Gently- two bedrooms are good in case someone is ill or turns into a snorer/poor sleeper.

HurricaneZeldaAndToto · 08/09/2024 01:39

Thanks, this thread seems to have become live again, so time for an update on what I’ve changed.

I’ve managed to secure a pay rise for £15k that I am funnelling straight in to my pension. I am not missing it, as I never had it! This was great and such a relief!

I’ve now got a monthly budget and am increasing my personal savings slowly.

Our tutoring bill will reduce by £400 per month this month too, so this will be saved (again as we won’t miss it).

I feel much more positive now and not so helpless. I got some great advice on this thread, thank you to all who helped 😘

OP posts:
Tryingtokeepgoing · 08/09/2024 01:45

I wouldn’t be panicking, just planning. On £60k I’d be looking to put £10k a year into a pension to avoid 40% tax. It’ll therefore cost you just £6k, or £500 a month. If you both do that for 20 years then there’s £400k plus 20 years of growth. Can’t be bothered to actually work that out, but surely it’d be a total of £700k or so.
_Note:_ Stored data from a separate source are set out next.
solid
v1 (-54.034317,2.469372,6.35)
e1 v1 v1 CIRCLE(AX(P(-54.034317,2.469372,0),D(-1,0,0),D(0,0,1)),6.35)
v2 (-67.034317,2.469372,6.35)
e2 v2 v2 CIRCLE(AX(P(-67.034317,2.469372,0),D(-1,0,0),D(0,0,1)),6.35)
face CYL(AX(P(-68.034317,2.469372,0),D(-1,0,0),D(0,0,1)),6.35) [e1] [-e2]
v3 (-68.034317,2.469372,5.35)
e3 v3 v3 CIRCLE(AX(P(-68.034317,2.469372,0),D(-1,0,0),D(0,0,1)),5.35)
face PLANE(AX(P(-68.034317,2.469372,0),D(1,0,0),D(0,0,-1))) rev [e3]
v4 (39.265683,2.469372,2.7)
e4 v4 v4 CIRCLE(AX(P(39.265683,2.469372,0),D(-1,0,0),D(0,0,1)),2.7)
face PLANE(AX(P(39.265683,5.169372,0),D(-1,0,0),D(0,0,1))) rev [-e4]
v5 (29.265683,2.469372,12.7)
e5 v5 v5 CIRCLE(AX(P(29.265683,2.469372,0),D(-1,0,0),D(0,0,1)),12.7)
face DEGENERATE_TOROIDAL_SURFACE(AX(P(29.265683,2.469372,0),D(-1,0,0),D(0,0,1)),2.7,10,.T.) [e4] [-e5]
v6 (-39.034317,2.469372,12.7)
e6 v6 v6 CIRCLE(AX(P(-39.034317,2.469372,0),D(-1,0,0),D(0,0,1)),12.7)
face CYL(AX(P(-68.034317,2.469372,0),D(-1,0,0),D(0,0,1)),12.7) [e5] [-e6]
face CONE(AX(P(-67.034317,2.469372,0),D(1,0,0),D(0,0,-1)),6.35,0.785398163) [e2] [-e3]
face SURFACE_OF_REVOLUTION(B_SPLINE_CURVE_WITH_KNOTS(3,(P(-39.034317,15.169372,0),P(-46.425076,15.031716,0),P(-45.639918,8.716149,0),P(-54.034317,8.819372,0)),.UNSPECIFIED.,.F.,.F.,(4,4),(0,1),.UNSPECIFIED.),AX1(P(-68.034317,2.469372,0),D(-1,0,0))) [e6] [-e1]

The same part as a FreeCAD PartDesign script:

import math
import FreeCAD as App
import Part
import Sketcher

V = App.Vector

doc = App.newDocument("Part")
body = doc.addObject("PartDesign::Body", "Body")

# Sketch on XY plane
sketch1 = doc.addObject("Sketcher::SketchObject", "Sketch")
body.addObject(sketch1)
sketch1.AttachmentSupport = (doc.XY_Plane, [""])
sketch1.MapMode = "FlatFace"
sketch1.addGeometry([
    Part.LineSegment(V(-54.034317, 8.819372, 0), V(-67.034317, 8.819372, 0)),  # 0
    Part.LineSegment(V(-67.034317, 8.819372, 0), V(-68.034317, 7.819372, 0)),  # 1
    Part.LineSegment(V(-68.034317, 7.819372, 0), V(-68.034317, 2.469372, 0)),  # 2
    Part.LineSegment(V(-68.034317, 2.469372, 0), V(39.265683, 2.469372, 0)),  # 3
    Part.LineSegment(V(39.265683, 2.469372, 0), V(39.265683, 5.169372, 0)),  # 4
    Part.ArcOfCircle(Part.Circle(V(29.265683, 5.169372, 0), V(0, 0, 1), 10), math.radians(0), math.radians(90)),  # 5
    Part.LineSegment(V(29.265683, 15.169372, 0), V(-39.034317, 15.169372, 0)),  # 6
    Part.BSplineCurve([V(-54.034317, 8.819372, 0), V(-45.639918, 8.716149, 0), V(-46.425076, 15.031716, 0), V(-39.034317, 15.169372, 0)], [4, 4], [0, 1], False, 3, [1, 1, 1, 1], False),  # 7
], False)
sketch1.addGeometry(Part.LineSegment(V(-68.034317, 2.469372, 0), V(39.265683, 2.469372, 0)), True)  # axis
sketch1.addConstraint([
    Sketcher.Constraint("Block", 7),
    Sketcher.Constraint("Coincident", 0, 2, 1, 1),
    Sketcher.Constraint("Coincident", 1, 2, 2, 1),
    Sketcher.Constraint("Coincident", 2, 2, 3, 1),
    Sketcher.Constraint("Coincident", 3, 2, 4, 1),
    Sketcher.Constraint("Coincident", 4, 2, 5, 1),
    Sketcher.Constraint("Coincident", 5, 2, 6, 1),
    Sketcher.Constraint("Coincident", 6, 2, 7, 2),
    Sketcher.Constraint("Coincident", 7, 1, 0, 1),
    Sketcher.Constraint("Horizontal", 0),
    Sketcher.Constraint("Vertical", 2),
    Sketcher.Constraint("Horizontal", 3),
    Sketcher.Constraint("Vertical", 4),
    Sketcher.Constraint("Horizontal", 6),
    Sketcher.Constraint("Horizontal", 8),
    Sketcher.Constraint("Coincident", 8, 1, 2, 2),
    Sketcher.Constraint("Radius", 5, 10.0),
    Sketcher.Constraint("DistanceX", 0, 2, 0, 1, 13.0),
    Sketcher.Constraint("DistanceX", 3, 1, 3, 2, 107.3),
    Sketcher.Constraint("DistanceX", 6, 2, 6, 1, 68.3),
    Sketcher.Constraint("DistanceX", 8, 1, 8, 2, 107.3),
    Sketcher.Constraint("DistanceY", 4, 1, 4, 2, 2.7),
    Sketcher.Constraint("DistanceX", 1, 2, 0, 2, 1.0),
    Sketcher.Constraint("DistanceY", 1, 2, 0, 2, 1.0),
    Sketcher.Constraint("DistanceY", 4, 2, 5, 2, 10.0),
])
revolution = doc.addObject("PartDesign::Revolution", "Revolution")
body.addObject(revolution)
revolution.Profile = sketch1
revolution.ReferenceAxis = (sketch1, ["Axis0"])
revolution.Angle = 360

doc.recompute()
In the mean time overpay the mortgage without stretching yourself too far, and build up a small cash buffer.

Roll forward to 68 (until the private sector hating party change that for all but sector employees ;) and you’ll hopefully you’ll both get a full state pension. That’s a combined £24k or so in today’s money. And then add 3 or 4% of £700k and you’ve doubled that. With a mortgage free home that should be doable. It’s less than some sites will say you need for a ‘comfortable’ retirement. But, combine your personal allowances and half of it will be tax free, along with 25% of the remainder (at the moment…) and so life should be okay.

You earn sufficient between you to claw this back I think…but you’ll have to work until state retirement age I think!

edited to say…posted while you were updating. Great progress - you’ve got this covered :)

UmaNipples · 08/09/2024 02:20

This kind of thing literally keeps me awake at night, thank you to everyone that’s posted. I’m in a similar position and being terrified means it’s very easy to just completely avoid this stuff.

Rocknrollstar · 08/09/2024 03:03

As with all enquiries of this type, you need to talk to a financial expert who will advise you of your best options.

aramox1 · 08/09/2024 06:00

Op mentioned kids too. If at 48 you are this uninformed about pensions, please do also look at how much support the government expects you to give your children in higher education if they go as you are expected to save to top up their very minimum loan.

Ticktockbangbang · 08/09/2024 08:05

caringcarer · 03/02/2024 13:21

Open a SIPP pension and everything you pay in the government tops up by 25 percent. Also anything you put into your pension gets deducted of your income tax so you are being very silly not paying into a pension. You need to be paying £300-£400 pcm each to try to make up for list time. Instead of paying higher rate income tax on £20k of your £60k salary you'd pay between £3600 and £4800 less in income tax per year. It's really a no brainer.

I wanted to repost this for you OP, because it seems to me that most people are not picking this point up. If you are a higher tax payer, for every £1,000 you put into a private pension, £250 will be added immediately. So if you are going to put £15,000 pa into your pension, that will be £18,750 pa. On top of that, you will get additional tax relief up to 40%.

There is a possibility that the government may make this less attractive for higher rate tax payers from October, but we shall have to wait and see.

If anyone wants to understand pensions better, the Money Saving Expert website has a pension forum, which is excellent. If you are starting from a position of no knowledge, it can take a bit of effort to understand the terminology etc, but it is well worth trying.

In my view, kids should be taught this at school.